HOW TO COMPLETE THIS TASK: Look below for the line holding "#34=LINE('',#13,#25);" and the line holding "#47=VERTEX_POINT('',#46);". Repeat those two and everything between, exactly.

RECORDS FOR THIS EXERCISE:
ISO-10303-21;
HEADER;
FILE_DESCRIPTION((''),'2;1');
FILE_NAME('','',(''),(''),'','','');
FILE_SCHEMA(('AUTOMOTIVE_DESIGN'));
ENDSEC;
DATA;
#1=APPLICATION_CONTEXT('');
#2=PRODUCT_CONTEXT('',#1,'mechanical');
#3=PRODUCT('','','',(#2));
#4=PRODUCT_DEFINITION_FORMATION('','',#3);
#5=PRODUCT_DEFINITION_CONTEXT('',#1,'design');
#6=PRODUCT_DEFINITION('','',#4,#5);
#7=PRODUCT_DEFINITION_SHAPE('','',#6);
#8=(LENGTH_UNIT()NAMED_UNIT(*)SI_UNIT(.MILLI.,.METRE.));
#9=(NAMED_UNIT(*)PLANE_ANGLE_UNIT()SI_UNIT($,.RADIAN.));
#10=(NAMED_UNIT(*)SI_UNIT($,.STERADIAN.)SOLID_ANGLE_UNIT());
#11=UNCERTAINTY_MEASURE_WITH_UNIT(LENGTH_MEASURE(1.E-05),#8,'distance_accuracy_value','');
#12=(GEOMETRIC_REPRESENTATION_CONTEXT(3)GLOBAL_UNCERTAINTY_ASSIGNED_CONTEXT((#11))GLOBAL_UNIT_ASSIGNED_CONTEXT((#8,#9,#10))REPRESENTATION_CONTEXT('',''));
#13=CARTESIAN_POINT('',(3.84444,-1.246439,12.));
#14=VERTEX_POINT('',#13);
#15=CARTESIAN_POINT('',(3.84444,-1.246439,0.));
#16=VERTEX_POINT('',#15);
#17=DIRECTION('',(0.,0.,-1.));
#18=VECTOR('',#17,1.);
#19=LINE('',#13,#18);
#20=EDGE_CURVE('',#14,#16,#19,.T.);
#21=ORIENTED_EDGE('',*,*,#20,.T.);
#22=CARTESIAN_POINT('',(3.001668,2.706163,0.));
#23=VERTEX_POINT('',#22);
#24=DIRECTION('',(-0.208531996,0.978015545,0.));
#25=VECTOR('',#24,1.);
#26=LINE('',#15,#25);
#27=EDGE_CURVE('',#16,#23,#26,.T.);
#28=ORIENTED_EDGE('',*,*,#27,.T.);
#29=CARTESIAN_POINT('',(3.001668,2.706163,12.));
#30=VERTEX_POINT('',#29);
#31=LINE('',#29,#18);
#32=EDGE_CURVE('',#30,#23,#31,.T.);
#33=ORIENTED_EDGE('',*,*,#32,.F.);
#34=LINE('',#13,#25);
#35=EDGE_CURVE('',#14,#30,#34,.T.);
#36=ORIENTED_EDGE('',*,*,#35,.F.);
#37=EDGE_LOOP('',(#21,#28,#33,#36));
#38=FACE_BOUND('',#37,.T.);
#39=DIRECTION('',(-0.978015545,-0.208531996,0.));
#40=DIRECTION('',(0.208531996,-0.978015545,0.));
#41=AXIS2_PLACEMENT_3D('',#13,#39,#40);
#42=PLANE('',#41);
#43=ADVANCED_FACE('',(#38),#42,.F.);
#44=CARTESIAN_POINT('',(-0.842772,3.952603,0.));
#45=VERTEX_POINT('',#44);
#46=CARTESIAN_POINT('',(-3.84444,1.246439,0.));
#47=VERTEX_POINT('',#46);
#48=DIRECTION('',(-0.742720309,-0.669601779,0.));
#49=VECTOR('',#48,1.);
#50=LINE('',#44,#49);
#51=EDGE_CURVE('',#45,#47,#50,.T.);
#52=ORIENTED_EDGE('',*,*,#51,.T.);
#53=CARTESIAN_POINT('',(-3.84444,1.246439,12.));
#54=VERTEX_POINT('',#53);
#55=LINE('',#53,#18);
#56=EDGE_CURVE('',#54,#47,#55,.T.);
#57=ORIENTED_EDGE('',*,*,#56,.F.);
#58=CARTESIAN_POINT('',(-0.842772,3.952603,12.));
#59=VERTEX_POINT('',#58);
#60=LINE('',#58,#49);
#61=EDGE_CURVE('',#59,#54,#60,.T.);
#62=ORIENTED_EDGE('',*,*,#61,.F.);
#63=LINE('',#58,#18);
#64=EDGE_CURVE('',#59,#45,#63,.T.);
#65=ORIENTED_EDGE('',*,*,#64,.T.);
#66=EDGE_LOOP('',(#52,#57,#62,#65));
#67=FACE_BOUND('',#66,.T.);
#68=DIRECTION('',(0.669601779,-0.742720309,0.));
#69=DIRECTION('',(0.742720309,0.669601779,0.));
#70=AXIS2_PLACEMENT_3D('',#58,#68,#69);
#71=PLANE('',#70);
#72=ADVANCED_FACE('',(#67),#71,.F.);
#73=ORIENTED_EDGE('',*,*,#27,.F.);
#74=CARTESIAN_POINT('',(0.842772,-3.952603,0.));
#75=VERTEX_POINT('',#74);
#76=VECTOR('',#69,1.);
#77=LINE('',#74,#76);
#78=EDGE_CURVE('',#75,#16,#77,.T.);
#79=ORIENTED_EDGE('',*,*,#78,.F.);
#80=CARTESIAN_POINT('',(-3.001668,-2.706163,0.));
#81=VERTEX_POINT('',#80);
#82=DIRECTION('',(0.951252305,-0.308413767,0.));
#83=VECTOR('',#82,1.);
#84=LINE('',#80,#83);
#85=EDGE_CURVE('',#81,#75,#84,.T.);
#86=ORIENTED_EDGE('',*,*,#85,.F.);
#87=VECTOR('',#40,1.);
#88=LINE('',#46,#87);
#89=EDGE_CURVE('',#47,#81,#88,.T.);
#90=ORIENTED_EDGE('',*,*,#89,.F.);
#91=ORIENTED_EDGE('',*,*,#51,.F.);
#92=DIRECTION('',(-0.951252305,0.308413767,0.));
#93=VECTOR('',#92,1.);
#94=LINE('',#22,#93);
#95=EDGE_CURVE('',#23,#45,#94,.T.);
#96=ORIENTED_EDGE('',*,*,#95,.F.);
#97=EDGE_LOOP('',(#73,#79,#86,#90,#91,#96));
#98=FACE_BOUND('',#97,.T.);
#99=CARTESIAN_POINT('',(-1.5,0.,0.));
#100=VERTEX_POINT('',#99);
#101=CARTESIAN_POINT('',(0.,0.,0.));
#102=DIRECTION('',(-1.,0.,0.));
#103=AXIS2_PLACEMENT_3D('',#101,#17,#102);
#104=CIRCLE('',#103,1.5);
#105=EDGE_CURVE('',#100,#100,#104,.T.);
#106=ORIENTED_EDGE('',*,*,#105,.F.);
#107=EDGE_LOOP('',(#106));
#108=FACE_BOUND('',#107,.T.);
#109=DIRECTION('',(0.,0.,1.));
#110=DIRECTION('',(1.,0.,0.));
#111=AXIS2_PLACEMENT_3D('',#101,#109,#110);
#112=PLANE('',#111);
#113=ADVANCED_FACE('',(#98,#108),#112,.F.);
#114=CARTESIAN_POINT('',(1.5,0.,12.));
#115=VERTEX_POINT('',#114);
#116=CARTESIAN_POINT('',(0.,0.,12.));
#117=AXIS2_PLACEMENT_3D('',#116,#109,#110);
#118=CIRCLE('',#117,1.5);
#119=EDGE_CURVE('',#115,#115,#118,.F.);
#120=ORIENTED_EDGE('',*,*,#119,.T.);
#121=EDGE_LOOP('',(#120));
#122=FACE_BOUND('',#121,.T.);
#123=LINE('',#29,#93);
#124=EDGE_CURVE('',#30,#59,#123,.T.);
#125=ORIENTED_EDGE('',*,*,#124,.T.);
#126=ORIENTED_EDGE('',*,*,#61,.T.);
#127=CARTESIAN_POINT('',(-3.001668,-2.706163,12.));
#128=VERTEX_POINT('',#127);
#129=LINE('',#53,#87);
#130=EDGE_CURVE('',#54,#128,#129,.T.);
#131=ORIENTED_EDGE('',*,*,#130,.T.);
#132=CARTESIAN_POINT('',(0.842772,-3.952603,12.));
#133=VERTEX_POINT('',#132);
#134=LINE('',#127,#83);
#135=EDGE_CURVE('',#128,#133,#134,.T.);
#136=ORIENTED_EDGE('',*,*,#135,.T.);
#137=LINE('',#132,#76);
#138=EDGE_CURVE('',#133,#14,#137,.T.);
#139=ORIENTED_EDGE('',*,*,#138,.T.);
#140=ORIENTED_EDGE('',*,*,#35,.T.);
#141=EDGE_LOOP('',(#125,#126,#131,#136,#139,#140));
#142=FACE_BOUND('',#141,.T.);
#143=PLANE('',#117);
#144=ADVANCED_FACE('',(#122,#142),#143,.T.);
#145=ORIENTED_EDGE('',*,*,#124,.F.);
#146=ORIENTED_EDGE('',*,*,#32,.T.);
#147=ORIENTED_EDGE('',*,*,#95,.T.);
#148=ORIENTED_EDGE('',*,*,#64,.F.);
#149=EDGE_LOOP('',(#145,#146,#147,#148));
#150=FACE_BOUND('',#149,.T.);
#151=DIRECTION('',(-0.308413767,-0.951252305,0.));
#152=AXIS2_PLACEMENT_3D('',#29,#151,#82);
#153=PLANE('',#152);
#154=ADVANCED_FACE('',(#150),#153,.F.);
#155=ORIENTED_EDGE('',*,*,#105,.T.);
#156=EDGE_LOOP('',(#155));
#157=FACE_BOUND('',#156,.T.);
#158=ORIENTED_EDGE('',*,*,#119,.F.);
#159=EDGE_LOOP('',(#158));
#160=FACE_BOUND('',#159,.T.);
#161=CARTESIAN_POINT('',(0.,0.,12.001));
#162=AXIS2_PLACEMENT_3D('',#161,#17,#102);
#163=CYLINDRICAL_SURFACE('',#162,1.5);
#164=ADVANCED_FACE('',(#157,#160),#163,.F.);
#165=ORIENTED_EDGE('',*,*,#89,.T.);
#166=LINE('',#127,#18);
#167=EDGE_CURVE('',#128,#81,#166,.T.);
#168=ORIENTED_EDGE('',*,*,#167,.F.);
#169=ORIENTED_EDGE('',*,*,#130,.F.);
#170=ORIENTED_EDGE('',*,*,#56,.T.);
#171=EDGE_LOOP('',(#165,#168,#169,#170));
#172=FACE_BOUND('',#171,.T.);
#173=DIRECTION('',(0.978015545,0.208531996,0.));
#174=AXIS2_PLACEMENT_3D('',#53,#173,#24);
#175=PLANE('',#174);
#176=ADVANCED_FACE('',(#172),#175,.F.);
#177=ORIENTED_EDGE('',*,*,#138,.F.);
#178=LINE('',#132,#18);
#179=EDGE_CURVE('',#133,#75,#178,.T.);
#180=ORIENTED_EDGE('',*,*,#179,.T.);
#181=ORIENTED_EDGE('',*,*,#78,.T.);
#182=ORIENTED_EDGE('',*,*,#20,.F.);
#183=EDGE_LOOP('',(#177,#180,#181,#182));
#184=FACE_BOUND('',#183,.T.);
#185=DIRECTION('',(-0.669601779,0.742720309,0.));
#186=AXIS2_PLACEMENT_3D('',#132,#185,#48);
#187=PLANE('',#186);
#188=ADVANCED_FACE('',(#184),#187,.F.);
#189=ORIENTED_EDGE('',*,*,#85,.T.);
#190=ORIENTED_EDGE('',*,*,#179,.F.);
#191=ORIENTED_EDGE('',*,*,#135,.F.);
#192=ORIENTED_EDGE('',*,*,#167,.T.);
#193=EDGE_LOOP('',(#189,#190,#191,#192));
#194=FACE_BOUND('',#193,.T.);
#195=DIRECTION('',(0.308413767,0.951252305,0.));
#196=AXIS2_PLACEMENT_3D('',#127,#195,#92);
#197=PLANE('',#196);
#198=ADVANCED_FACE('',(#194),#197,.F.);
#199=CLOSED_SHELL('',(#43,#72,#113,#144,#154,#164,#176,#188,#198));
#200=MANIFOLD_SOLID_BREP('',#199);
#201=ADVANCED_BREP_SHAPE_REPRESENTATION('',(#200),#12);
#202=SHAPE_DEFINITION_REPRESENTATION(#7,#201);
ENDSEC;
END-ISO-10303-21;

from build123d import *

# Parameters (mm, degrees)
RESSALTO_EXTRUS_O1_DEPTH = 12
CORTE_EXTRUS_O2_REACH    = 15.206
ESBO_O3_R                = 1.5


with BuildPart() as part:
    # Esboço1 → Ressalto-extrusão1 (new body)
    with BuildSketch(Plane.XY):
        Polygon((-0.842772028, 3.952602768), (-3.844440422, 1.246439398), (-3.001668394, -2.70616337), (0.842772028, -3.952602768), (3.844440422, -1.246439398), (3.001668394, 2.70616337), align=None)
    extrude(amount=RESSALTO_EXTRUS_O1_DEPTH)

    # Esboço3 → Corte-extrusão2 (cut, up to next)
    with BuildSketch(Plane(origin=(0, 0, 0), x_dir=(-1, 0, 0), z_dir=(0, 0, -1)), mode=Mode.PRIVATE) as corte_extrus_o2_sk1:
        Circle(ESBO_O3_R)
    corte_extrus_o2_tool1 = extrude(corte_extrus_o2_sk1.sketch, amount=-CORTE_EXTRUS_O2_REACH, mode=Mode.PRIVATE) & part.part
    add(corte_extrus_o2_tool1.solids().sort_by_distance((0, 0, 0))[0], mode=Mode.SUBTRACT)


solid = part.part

EXPECTED ANSWER:
#34=LINE('',#13,#25);
#35=EDGE_CURVE('',#14,#30,#34,.T.);
#36=ORIENTED_EDGE('',*,*,#35,.F.);
#37=EDGE_LOOP('',(#21,#28,#33,#36));
#38=FACE_BOUND('',#37,.T.);
#39=DIRECTION('',(-0.978015545,-0.208531996,0.));
#40=DIRECTION('',(0.208531996,-0.978015545,0.));
#41=AXIS2_PLACEMENT_3D('',#13,#39,#40);
#42=PLANE('',#41);
#43=ADVANCED_FACE('',(#38),#42,.F.);
#44=CARTESIAN_POINT('',(-0.842772,3.952603,0.));
#45=VERTEX_POINT('',#44);
#46=CARTESIAN_POINT('',(-3.84444,1.246439,0.));
#47=VERTEX_POINT('',#46);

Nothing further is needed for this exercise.